Вздохнув, он откинул со лба челку.

– Не знаю, Стиви. Думаю, я всегда чувствовал, что здесь что-то не так. То, как ты о ней говорила, разница в возрасте… Все это было странно. Она производила впечатление робкого, нерешительного человека. Что совершенно не вязалось с образом суровой начальницы. А как она на тебя смотрела! С каким-то диким отчаянием. Так что – да, у меня были некоторые подозрения.

– Почему ты ничего мне не говорил?

– Это прозвучало бы как бред сумасшедшего. И потом, можешь не верить, но я не считал себя вправе лезть в вашу жизнь.

– Почему тогда я не видела того, что видел ты?

– Думаю, видела. И в глубине души тоже знала: что-то здесь не так.

А ведь он прав. Где-то на задворках моего сознания всегда звучал отдаленный гул, неясный, едва различимый шепот.

– Да, – кивнула я.

– Было бы где разгуляться моему психотерапевту! Прям именины души! Я даже сам стал задумываться. У меня ведь тоже большая семья, значительная разница в возрасте с братьями-сестрами…

– Нейтан!

– Ладно, ладно, ты права. И все-таки… везет же тебе! А вот моя мама точно моя мама, хотя и предпочла бы ею не быть. Ну а с отцом – то есть дедушкой – вы теперь чаще видитесь?

– Где-то раз в два месяца. Они с Эшем прекрасно ладят. Ты ведь знаешь, как Эш тянется к мужчинам – он и от тебя в восторге. Но при виде моего папы просто сияет.


Поначалу я думала, что навещаю папу из чувства долга – ведь ему так одиноко; да и мама очень этого хотела бы. Но со временем заметила, что с нетерпением жду очередной встречи, возможности побыть на природе. Живя в Лондоне, я часто скучаю по сочной зелени полей и лесов, по беспрестанному пению птиц и жужжанию насекомых, по зреющему на полях урожаю, по ночной тишине и звездам.

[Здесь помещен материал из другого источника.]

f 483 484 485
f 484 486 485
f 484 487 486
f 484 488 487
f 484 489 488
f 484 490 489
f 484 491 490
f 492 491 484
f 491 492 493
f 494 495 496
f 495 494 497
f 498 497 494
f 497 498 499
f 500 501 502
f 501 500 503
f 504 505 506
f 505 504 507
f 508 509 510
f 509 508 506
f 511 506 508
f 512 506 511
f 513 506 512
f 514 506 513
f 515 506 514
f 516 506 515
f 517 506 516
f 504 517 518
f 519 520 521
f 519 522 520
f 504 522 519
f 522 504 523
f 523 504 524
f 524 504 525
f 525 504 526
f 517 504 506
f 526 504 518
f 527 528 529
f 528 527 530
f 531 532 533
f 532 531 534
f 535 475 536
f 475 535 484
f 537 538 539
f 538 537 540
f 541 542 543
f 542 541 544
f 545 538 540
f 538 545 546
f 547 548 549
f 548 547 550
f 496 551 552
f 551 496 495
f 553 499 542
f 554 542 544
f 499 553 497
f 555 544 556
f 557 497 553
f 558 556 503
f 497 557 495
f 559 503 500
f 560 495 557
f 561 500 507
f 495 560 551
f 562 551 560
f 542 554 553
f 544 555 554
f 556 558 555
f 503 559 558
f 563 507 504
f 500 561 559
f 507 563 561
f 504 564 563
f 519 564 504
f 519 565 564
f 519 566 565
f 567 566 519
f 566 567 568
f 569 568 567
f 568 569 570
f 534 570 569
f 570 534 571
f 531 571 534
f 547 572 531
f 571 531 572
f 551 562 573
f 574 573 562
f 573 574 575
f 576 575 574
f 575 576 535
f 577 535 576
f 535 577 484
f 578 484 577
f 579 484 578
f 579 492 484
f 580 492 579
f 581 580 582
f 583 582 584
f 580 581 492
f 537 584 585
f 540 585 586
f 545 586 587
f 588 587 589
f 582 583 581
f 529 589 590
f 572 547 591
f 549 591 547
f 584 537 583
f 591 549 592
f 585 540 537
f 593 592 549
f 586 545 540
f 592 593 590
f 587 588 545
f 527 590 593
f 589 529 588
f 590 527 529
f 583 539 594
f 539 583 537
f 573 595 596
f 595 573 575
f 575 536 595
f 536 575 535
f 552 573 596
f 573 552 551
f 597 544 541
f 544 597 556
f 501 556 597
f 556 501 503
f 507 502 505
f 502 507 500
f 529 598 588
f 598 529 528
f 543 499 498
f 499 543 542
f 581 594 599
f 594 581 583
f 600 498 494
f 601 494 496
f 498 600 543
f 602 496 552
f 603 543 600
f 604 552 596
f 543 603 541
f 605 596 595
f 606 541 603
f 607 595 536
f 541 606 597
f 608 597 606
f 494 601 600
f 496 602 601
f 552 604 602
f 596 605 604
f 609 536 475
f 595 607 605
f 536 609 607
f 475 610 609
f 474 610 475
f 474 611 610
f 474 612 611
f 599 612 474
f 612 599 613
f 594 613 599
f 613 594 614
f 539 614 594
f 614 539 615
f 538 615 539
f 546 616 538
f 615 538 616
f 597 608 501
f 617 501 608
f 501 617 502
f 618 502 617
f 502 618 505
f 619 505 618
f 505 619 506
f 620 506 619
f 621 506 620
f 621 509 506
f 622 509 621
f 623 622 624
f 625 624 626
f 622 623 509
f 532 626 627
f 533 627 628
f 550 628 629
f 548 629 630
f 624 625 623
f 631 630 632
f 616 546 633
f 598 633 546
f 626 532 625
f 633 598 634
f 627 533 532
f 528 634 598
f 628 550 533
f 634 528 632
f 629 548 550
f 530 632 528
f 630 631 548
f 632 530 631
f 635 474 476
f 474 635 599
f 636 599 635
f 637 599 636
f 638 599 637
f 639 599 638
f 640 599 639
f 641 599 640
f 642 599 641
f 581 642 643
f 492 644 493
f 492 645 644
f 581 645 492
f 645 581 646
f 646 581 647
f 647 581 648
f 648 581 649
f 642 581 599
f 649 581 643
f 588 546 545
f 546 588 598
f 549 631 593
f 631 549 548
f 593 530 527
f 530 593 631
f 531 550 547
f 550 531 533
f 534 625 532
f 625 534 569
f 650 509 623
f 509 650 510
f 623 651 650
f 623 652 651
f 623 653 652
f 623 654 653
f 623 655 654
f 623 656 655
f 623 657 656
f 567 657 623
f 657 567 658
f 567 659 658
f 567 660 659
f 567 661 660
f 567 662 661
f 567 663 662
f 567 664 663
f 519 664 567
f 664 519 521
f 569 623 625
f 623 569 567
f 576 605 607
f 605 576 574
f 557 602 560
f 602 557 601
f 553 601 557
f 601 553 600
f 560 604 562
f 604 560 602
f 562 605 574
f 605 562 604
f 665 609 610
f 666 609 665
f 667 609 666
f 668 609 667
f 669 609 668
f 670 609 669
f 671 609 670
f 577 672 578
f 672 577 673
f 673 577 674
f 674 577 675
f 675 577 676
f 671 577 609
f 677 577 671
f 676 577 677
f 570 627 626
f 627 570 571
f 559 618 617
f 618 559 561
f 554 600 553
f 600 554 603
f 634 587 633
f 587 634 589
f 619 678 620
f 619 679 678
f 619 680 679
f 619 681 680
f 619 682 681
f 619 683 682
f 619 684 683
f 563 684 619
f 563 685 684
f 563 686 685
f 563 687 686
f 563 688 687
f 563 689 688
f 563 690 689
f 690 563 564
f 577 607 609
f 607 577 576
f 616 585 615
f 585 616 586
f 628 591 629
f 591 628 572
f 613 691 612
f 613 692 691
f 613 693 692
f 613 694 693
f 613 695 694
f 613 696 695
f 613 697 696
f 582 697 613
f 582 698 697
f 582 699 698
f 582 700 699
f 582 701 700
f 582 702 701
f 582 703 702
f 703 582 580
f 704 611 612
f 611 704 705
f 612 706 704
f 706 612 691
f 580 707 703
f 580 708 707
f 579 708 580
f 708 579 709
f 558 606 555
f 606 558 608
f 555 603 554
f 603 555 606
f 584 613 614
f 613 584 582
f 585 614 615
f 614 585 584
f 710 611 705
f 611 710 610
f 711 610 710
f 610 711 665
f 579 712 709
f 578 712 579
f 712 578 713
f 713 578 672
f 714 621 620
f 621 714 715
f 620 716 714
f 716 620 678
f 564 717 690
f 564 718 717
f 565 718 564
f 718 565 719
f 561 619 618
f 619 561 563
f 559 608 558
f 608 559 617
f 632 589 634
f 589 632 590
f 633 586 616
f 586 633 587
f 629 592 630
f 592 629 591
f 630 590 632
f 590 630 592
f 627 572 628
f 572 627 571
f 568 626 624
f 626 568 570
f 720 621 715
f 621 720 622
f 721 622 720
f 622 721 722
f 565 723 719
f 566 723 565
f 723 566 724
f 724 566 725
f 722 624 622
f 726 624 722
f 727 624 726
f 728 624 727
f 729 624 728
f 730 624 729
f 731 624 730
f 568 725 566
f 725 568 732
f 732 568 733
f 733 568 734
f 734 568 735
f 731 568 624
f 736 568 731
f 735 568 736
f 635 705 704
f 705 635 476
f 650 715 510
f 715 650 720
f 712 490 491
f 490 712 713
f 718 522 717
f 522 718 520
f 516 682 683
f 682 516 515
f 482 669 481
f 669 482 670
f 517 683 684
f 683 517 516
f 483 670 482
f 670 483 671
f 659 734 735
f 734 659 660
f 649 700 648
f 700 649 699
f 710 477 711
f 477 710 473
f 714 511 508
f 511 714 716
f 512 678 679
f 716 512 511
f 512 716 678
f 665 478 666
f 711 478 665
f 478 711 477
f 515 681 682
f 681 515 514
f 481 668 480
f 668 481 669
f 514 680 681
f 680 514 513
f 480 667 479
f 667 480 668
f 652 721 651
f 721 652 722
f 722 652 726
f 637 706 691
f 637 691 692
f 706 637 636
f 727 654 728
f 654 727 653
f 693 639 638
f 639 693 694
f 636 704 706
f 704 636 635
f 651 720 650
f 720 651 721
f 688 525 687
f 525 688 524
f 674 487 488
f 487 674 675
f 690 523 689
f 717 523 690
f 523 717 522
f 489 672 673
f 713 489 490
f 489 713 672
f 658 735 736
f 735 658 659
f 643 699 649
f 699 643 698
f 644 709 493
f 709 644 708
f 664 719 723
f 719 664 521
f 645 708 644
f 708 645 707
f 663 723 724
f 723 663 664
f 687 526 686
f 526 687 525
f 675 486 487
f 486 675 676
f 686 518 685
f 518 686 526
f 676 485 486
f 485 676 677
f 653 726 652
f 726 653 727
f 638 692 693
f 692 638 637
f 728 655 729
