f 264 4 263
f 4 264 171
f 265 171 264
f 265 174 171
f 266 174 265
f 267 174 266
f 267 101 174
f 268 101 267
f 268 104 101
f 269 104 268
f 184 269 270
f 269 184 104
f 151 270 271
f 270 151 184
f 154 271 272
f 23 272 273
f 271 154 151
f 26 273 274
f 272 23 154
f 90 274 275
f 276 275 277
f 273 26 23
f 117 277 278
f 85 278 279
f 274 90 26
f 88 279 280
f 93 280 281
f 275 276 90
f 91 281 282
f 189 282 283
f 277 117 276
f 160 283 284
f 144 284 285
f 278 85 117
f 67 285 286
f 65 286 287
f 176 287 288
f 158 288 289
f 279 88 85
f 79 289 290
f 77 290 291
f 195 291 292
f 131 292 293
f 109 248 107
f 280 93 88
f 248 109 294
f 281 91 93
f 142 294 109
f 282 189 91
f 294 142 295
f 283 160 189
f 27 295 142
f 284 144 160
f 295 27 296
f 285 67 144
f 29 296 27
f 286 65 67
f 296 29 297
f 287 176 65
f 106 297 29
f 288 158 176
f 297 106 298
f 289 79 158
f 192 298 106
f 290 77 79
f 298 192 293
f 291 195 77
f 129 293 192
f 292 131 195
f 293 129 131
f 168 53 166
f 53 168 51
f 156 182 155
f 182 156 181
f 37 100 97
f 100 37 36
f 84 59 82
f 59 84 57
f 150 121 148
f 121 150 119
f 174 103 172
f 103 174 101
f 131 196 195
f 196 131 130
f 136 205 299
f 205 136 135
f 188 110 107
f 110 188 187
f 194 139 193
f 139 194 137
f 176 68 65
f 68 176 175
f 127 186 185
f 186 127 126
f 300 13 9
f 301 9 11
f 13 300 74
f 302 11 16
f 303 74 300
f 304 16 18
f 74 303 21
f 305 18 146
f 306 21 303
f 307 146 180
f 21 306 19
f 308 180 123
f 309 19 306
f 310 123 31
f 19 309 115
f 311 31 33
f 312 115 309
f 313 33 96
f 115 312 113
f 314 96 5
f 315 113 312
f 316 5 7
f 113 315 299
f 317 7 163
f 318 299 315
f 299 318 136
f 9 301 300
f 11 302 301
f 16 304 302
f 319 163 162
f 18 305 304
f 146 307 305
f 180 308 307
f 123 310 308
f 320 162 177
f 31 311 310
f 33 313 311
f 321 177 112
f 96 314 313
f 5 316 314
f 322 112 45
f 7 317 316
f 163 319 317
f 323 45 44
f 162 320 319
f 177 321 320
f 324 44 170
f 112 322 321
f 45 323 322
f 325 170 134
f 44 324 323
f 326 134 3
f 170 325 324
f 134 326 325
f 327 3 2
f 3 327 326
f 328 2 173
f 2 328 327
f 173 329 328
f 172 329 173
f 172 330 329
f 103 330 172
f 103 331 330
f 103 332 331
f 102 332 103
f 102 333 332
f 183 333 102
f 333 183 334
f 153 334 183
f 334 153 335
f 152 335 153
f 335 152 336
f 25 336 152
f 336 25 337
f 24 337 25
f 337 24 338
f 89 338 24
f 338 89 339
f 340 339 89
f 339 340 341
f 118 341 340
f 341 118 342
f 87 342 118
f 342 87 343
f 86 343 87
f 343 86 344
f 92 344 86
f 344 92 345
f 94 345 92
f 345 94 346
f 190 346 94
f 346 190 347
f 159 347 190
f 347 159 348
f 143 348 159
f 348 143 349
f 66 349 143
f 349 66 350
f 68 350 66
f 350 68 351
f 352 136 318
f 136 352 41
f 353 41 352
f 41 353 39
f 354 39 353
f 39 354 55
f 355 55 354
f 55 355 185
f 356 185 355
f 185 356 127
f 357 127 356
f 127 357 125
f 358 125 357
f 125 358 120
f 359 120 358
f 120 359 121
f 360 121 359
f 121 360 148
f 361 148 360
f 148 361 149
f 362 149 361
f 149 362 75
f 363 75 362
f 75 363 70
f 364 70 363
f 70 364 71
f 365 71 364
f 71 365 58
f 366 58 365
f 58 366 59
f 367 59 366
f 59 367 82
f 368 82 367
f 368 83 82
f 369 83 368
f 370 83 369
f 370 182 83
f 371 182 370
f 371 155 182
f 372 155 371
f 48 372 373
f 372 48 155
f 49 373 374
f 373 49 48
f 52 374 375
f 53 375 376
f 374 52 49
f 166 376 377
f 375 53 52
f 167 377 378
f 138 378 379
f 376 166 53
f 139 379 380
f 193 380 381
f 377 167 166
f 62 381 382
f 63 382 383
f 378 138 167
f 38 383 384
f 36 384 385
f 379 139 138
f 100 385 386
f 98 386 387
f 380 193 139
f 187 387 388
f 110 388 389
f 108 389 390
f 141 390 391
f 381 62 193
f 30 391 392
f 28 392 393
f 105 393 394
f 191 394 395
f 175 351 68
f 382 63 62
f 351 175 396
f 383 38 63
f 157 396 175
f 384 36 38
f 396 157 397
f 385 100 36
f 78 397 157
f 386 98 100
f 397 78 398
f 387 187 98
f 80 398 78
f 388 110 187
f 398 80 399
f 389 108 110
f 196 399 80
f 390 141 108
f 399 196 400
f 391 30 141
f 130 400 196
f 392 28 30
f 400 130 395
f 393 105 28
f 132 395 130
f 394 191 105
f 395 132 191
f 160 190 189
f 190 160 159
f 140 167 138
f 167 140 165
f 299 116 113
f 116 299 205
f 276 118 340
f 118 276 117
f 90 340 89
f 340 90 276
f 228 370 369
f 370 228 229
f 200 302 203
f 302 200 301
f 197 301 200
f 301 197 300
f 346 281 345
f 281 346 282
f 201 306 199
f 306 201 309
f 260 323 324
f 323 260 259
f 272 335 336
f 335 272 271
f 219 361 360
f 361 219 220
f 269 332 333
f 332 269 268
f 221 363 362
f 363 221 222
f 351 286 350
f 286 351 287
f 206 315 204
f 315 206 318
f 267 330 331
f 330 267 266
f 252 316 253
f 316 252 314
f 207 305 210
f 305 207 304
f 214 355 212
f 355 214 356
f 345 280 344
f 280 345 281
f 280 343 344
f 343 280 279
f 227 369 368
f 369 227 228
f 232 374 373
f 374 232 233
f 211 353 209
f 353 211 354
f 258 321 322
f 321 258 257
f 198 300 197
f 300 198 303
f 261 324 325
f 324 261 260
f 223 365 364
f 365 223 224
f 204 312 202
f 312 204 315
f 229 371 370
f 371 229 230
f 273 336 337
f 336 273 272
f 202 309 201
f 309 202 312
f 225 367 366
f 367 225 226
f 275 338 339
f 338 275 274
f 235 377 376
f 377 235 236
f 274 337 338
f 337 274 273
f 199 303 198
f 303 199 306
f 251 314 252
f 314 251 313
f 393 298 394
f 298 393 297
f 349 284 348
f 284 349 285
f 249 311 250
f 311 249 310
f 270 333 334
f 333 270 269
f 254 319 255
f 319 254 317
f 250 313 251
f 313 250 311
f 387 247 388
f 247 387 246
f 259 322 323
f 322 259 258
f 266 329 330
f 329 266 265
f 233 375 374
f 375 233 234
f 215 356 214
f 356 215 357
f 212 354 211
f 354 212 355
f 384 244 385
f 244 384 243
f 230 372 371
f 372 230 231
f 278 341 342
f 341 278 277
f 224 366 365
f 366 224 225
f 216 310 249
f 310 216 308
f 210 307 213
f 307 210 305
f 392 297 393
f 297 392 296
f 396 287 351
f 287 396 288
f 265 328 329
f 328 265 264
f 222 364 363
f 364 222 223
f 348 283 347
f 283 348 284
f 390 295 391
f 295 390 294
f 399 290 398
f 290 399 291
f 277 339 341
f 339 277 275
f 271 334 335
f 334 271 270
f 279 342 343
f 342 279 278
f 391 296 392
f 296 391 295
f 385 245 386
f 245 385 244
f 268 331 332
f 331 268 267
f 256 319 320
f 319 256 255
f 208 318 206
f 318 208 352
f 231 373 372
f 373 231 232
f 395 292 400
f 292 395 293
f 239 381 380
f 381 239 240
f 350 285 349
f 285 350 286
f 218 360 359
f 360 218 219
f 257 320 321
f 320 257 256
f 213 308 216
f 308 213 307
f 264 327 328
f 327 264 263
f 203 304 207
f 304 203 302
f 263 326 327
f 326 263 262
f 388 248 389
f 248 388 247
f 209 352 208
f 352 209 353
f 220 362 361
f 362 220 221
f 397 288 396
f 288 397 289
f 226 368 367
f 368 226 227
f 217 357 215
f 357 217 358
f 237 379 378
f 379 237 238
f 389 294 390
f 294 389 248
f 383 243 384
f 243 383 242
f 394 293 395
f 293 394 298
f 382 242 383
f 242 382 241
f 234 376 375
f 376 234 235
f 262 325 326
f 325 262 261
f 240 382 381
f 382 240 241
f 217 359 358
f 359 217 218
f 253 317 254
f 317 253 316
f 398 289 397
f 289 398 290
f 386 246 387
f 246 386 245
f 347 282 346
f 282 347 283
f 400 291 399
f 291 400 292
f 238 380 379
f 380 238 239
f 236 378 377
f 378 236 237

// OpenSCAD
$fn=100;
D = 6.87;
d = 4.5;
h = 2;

Возможно, я просто скучаю по маме.

Я еще не до конца простила папу за его роль в сохранении тайны, за отношение к Джесс и за равнодушие ко мне. Но теперь я вижу подоплеку – так проявляется текстура ткани, если разглядывать ее под микроскопом. Гнев порождается страхом, но победить его может только любовь. Теперь я это понимаю. Но в последнее время все чаще задумываюсь (и хотя пытаюсь гнать от себя эту мысль, она упрямо пробивается вновь, словно сорная трава): что если отчуждение между мной и отцом вызвано какой-то другой причиной? И тот факт, что я появилась на свет в результате подростковой беременности, здесь вообще ни при чем?

– Она хотела, чтобы ты принадлежала только ей, – сказала как-то Джесс о маме.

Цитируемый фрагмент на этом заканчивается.